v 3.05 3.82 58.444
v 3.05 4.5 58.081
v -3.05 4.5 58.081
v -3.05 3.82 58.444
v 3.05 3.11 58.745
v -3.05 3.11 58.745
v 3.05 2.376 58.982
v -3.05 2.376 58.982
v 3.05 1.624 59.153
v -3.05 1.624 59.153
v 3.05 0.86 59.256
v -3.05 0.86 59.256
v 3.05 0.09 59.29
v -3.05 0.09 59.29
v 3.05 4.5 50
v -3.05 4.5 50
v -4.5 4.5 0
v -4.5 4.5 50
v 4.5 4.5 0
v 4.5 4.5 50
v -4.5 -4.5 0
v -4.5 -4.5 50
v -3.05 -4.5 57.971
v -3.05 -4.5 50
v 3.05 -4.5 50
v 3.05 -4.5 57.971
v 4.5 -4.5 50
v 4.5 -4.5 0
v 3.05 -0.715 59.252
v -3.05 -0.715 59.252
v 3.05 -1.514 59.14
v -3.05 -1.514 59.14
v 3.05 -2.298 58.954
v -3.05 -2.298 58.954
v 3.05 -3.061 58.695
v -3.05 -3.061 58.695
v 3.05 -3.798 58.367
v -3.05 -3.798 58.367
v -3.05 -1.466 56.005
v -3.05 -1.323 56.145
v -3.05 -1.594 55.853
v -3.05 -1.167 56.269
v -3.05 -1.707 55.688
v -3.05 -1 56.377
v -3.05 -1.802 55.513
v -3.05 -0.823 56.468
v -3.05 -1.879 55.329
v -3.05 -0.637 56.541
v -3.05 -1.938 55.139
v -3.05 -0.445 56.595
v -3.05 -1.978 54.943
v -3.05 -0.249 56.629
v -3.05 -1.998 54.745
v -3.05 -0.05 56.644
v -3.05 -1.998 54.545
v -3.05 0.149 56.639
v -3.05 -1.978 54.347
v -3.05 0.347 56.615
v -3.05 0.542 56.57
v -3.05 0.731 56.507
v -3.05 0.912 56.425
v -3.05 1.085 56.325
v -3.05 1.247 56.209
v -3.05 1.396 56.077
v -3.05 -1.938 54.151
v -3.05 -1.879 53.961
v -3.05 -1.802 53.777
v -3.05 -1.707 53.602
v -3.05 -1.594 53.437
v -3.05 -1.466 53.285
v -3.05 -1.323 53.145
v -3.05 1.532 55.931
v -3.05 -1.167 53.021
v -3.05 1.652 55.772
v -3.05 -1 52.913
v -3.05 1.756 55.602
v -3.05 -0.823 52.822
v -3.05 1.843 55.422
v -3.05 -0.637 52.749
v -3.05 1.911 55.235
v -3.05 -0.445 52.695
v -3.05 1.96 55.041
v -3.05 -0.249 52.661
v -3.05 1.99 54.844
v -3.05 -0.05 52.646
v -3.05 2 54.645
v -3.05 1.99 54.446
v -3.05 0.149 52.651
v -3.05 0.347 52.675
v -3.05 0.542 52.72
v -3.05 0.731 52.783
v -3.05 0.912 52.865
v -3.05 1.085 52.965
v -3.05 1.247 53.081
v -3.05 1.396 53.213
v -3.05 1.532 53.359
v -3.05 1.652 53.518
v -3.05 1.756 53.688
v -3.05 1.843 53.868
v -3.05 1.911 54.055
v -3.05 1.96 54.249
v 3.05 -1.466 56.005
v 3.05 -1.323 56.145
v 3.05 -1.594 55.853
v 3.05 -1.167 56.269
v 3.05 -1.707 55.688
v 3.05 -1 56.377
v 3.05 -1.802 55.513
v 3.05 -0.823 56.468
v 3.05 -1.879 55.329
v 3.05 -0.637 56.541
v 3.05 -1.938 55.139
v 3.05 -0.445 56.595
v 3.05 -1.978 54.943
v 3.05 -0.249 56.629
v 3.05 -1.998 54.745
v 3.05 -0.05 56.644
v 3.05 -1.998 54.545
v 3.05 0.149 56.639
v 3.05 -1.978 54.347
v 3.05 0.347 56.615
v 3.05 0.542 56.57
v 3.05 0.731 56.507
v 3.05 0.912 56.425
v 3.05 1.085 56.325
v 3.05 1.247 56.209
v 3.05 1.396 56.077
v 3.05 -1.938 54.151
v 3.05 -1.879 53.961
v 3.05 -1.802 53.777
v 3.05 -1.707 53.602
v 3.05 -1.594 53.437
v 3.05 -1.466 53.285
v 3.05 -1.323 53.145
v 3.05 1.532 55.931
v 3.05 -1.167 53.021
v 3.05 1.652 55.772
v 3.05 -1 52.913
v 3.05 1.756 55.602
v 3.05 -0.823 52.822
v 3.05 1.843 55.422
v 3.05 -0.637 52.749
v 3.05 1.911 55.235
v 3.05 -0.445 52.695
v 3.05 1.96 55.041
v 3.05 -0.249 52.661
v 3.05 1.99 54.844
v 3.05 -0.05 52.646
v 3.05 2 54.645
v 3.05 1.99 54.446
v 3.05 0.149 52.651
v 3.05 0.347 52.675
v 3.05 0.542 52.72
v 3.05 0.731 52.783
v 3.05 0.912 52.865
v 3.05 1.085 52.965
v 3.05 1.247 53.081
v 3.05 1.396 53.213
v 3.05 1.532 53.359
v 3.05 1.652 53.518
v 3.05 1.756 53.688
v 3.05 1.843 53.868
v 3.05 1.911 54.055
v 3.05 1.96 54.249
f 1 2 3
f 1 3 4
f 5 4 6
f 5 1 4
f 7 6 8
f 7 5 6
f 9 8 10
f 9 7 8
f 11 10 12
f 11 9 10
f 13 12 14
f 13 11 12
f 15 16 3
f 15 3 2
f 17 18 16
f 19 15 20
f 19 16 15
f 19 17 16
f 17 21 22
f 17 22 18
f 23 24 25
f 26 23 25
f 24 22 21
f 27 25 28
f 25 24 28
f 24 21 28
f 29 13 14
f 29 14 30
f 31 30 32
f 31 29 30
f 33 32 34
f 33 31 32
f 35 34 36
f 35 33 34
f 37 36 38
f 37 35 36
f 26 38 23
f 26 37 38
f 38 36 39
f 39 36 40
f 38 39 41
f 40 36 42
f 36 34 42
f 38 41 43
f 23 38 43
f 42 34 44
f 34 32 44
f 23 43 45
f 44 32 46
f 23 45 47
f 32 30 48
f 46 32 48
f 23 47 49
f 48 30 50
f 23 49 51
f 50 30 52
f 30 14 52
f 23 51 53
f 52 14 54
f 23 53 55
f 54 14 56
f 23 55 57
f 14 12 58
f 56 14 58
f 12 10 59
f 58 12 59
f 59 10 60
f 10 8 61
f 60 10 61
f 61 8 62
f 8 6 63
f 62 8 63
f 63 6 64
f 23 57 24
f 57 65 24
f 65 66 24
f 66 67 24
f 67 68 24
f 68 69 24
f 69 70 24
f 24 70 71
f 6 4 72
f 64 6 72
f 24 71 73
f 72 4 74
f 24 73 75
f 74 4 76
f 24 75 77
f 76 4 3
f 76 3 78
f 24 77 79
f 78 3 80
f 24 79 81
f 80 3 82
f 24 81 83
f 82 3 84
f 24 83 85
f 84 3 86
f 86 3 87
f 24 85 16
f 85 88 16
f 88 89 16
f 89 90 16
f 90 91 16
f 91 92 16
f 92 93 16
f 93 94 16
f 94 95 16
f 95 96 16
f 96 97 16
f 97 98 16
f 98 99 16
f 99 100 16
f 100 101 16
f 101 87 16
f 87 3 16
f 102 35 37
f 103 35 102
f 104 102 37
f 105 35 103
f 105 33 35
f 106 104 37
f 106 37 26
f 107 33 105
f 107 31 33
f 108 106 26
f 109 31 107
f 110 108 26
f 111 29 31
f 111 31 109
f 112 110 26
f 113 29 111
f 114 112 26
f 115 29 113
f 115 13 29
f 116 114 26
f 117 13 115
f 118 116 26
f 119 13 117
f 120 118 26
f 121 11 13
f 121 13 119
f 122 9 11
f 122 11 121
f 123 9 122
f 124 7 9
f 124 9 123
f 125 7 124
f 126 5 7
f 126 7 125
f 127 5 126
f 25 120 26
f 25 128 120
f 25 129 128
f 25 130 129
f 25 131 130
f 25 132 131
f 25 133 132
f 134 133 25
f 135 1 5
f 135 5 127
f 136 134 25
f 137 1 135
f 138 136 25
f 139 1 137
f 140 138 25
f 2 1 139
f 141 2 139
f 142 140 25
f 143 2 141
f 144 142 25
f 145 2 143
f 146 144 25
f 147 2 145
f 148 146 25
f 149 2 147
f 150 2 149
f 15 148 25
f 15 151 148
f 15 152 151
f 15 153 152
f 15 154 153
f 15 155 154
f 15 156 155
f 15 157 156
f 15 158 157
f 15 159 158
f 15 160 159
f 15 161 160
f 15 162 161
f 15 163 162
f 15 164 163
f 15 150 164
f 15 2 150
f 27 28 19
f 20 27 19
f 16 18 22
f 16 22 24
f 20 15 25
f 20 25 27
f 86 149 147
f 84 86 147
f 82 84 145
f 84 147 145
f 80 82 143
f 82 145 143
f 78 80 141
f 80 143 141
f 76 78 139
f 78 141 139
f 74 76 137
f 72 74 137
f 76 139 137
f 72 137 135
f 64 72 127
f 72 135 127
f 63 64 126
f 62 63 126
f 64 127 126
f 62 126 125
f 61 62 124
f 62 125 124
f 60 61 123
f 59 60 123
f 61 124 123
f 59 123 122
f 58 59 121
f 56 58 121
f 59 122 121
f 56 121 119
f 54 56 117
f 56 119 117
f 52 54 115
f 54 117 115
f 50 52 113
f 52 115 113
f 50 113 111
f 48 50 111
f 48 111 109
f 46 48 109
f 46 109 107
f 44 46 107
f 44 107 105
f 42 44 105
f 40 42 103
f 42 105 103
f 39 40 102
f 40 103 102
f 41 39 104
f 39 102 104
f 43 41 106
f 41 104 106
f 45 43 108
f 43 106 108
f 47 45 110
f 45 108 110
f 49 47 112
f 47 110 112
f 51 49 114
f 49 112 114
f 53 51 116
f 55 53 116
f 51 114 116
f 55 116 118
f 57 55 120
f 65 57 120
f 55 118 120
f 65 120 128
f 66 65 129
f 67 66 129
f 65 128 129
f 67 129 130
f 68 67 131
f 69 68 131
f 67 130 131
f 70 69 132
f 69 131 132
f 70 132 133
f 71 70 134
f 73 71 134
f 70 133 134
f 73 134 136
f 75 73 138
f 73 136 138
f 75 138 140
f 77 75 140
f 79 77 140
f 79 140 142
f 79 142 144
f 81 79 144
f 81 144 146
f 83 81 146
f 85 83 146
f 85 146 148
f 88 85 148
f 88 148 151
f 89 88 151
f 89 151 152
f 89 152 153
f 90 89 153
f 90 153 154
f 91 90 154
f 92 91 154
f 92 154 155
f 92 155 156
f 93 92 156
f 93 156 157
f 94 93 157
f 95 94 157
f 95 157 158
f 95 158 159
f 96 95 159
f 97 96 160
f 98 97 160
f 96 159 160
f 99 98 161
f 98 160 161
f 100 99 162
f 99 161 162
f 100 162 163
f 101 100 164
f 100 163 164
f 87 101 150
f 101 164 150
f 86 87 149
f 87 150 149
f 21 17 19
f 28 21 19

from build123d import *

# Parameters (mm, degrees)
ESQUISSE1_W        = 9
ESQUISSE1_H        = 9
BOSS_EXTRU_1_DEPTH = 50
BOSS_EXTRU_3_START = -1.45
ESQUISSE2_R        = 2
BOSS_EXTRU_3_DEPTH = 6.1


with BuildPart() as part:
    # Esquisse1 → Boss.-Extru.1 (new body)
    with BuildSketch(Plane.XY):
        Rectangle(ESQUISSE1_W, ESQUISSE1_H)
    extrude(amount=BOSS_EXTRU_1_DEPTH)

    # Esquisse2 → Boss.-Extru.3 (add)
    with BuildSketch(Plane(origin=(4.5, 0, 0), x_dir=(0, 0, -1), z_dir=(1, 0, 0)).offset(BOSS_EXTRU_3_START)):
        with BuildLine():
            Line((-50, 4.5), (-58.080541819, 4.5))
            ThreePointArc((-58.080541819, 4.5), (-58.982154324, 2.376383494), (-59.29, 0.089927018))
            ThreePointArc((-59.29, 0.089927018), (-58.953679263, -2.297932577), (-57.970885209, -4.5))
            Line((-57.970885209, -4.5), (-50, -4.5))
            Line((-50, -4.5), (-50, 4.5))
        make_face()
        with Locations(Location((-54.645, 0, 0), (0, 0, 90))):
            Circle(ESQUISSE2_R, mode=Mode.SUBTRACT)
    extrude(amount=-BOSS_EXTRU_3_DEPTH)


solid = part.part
* * * *
The problem:
Precisely the lines between those holding "v -3.05 1.756 55.602" and "v 3.05 -1.802 55.513", inclusive, are to be reproduced from the listing above, with nothing added.

Response to the exercise:
v -3.05 1.756 55.602
v -3.05 -0.823 52.822
v -3.05 1.843 55.422
v -3.05 -0.637 52.749
v -3.05 1.911 55.235
v -3.05 -0.445 52.695
v -3.05 1.96 55.041
v -3.05 -0.249 52.661
v -3.05 1.99 54.844
v -3.05 -0.05 52.646
v -3.05 2 54.645
v -3.05 1.99 54.446
v -3.05 0.149 52.651
v -3.05 0.347 52.675
v -3.05 0.542 52.72
v -3.05 0.731 52.783
v -3.05 0.912 52.865
v -3.05 1.085 52.965
v -3.05 1.247 53.081
v -3.05 1.396 53.213
v -3.05 1.532 53.359
v -3.05 1.652 53.518
v -3.05 1.756 53.688
v -3.05 1.843 53.868
v -3.05 1.911 54.055
v -3.05 1.96 54.249
v 3.05 -1.466 56.005
v 3.05 -1.323 56.145
v 3.05 -1.594 55.853
v 3.05 -1.167 56.269
v 3.05 -1.707 55.688
v 3.05 -1 56.377
v 3.05 -1.802 55.513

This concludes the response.